Whoa there!  First, repeat after me, "I am the machine, I am the machine, I am the machine..." until you believe it. Common consensus is that cheap filter machines don't hit high enough temperatures for good extraction...you have a kettle that will boil water, that'll certainly do.

Even with a filter machine you have to fill it with water, grind, dose...longer brew time - is it really going to be much quicker than pulling an Americano?

I still think you are most likely to get ball park with the Aeropress (inverted, grind fine-ish, 60g/l, swirl/stir at fill then leave to steep...a couple of test brews of different steep times should give you a guide towards the ball-park) if a


----------



## tcr4x4 (Jan 2, 2013)

I was thinking a programable filter, so I'd grind the evening before and it would be brewed ready to go by the time I was up and about.. Yes I know the coffee won't be its best, but to be honest I doubt I'd tell much difference over freshly ground.

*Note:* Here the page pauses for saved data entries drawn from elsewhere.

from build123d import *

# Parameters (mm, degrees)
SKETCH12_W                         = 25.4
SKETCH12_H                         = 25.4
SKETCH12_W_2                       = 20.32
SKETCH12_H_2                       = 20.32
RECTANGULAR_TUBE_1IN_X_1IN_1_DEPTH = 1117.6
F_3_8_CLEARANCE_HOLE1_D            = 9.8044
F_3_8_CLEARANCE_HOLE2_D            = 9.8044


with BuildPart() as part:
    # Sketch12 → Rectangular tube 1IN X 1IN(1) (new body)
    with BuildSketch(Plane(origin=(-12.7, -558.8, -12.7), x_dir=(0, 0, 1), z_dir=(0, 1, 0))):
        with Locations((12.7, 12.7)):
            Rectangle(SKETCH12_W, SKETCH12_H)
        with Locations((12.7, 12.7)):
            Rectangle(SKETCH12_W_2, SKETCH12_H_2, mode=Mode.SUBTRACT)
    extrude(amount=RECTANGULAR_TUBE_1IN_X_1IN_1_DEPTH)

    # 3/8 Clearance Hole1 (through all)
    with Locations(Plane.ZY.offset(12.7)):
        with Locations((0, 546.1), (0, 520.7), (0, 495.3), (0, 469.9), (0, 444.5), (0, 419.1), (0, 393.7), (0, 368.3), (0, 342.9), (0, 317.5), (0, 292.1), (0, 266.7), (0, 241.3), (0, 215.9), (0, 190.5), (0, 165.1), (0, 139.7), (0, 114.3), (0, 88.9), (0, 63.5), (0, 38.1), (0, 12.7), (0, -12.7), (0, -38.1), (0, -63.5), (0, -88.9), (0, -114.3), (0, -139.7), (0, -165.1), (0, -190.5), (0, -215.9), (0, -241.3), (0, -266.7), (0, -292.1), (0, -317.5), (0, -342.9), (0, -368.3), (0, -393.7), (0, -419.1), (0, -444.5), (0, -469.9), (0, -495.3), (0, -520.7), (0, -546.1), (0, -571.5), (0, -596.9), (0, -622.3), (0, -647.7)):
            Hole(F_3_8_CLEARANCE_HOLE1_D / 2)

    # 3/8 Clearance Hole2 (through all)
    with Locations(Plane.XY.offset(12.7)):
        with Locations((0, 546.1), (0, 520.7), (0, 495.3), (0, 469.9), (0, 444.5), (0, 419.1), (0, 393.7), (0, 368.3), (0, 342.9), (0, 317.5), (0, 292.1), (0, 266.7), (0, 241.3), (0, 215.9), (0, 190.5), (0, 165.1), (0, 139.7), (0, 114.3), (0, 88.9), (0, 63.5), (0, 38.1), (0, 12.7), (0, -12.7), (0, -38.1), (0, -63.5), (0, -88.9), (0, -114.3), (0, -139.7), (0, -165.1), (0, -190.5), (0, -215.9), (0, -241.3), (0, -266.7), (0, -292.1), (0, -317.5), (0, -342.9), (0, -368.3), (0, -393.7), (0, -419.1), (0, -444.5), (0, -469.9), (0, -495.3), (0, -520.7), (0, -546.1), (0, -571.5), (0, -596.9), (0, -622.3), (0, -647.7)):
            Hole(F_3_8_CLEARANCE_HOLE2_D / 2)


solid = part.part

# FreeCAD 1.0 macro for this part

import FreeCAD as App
import Part
import Sketcher
Q = App.Units.Quantity

doc = App.newDocument("Part")
body = doc.addObject("PartDesign::Body", "Body")

# Sketch on XZ plane
sketch1 = body.newObject("Sketcher::SketchObject", "Sketch")
sketch1.AttachmentSupport = (doc.getObject("XZ_Plane"), [""])
sketch1.MapMode = "FlatFace"
sketch1.AttachmentOffset = App.Placement(App.Vector(0, 0, 22 * 25.4), App.Rotation())
sketch1.addGeometry([
    Part.LineSegment(App.Vector(13, -13, 0), App.Vector(-13, -13, 0)),  # 0
    Part.LineSegment(App.Vector(-13, -13, 0), App.Vector(-13, 13, 0)),  # 1
    Part.LineSegment(App.Vector(-13, 13, 0), App.Vector(13, 13, 0)),  # 2
    Part.LineSegment(App.Vector(13, 13, 0), App.Vector(13, -13, 0)),  # 3
    Part.LineSegment(App.Vector(-10, 10, 0), App.Vector(-10, -10, 0)),  # 4
    Part.LineSegment(App.Vector(-10, -10, 0), App.Vector(10, -10, 0)),  # 5
    Part.LineSegment(App.Vector(10, -10, 0), App.Vector(10, 10, 0)),  # 6
    Part.LineSegment(App.Vector(10, 10, 0), App.Vector(-10, 10, 0)),  # 7
], False)
sketch1.addConstraint([
    Sketcher.Constraint("Coincident", 0, 2, 1, 1),
    Sketcher.Constraint("Coincident", 1, 2, 2, 1),
    Sketcher.Constraint("Coincident", 2, 2, 3, 1),
    Sketcher.Constraint("Coincident", 3, 2, 0, 1),
    Sketcher.Constraint("Coincident", 4, 2, 5, 1),
    Sketcher.Constraint("Coincident", 5, 2, 6, 1),
    Sketcher.Constraint("Coincident", 6, 2, 7, 1),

i could make an Americano, but I'd have to get up half an hour earlier for the machine to warm up!

Just made an Aeropress brew with 20g fresh ground coffee and filled up to number 1 when inverted, timer started at first pour, 10 secs stir, steep until 1 minute.

Nice, but no cigar.

Dont focus on the blend so much, its more the filter taste as a whole, just brings back many memories from when that's all used to drink, especially on holiday with my parents at various cafes around the Country.. I'd just like to get somewhere near that taste.


----------



## MWJB (Feb 28, 2012)

OK, so inverted the Aeropress will hold ~230g (you seemed to use less than this from your description). 20g dose, 87g/l. Your coffee was underextracted, but strong (very popular in some parts of the world, but not typical for US/Starbucks. I'd probably start at around 13.5g of coffee, longer steep.

http://www.starbucksfs.com/Support/Equipment/Equipment

...takes you to brewers they use & instructions, no specific recipes but in the region of 40-50g/l of water poured into the machine, assuming the machine is not designed to run dry, 50-55g/l doesn't seem impossible, even if 50g/l will be on the weak side (not necessarily a fail). In an instructional video they state they adhere to 56g/l for brewed, drip & French press.


----------



## tcr4x4 (Jan 2, 2013)

I followed this video to the letter pretty much






Coffee didn't taste that strong to me, but I did add a little extra water and milk after the brew.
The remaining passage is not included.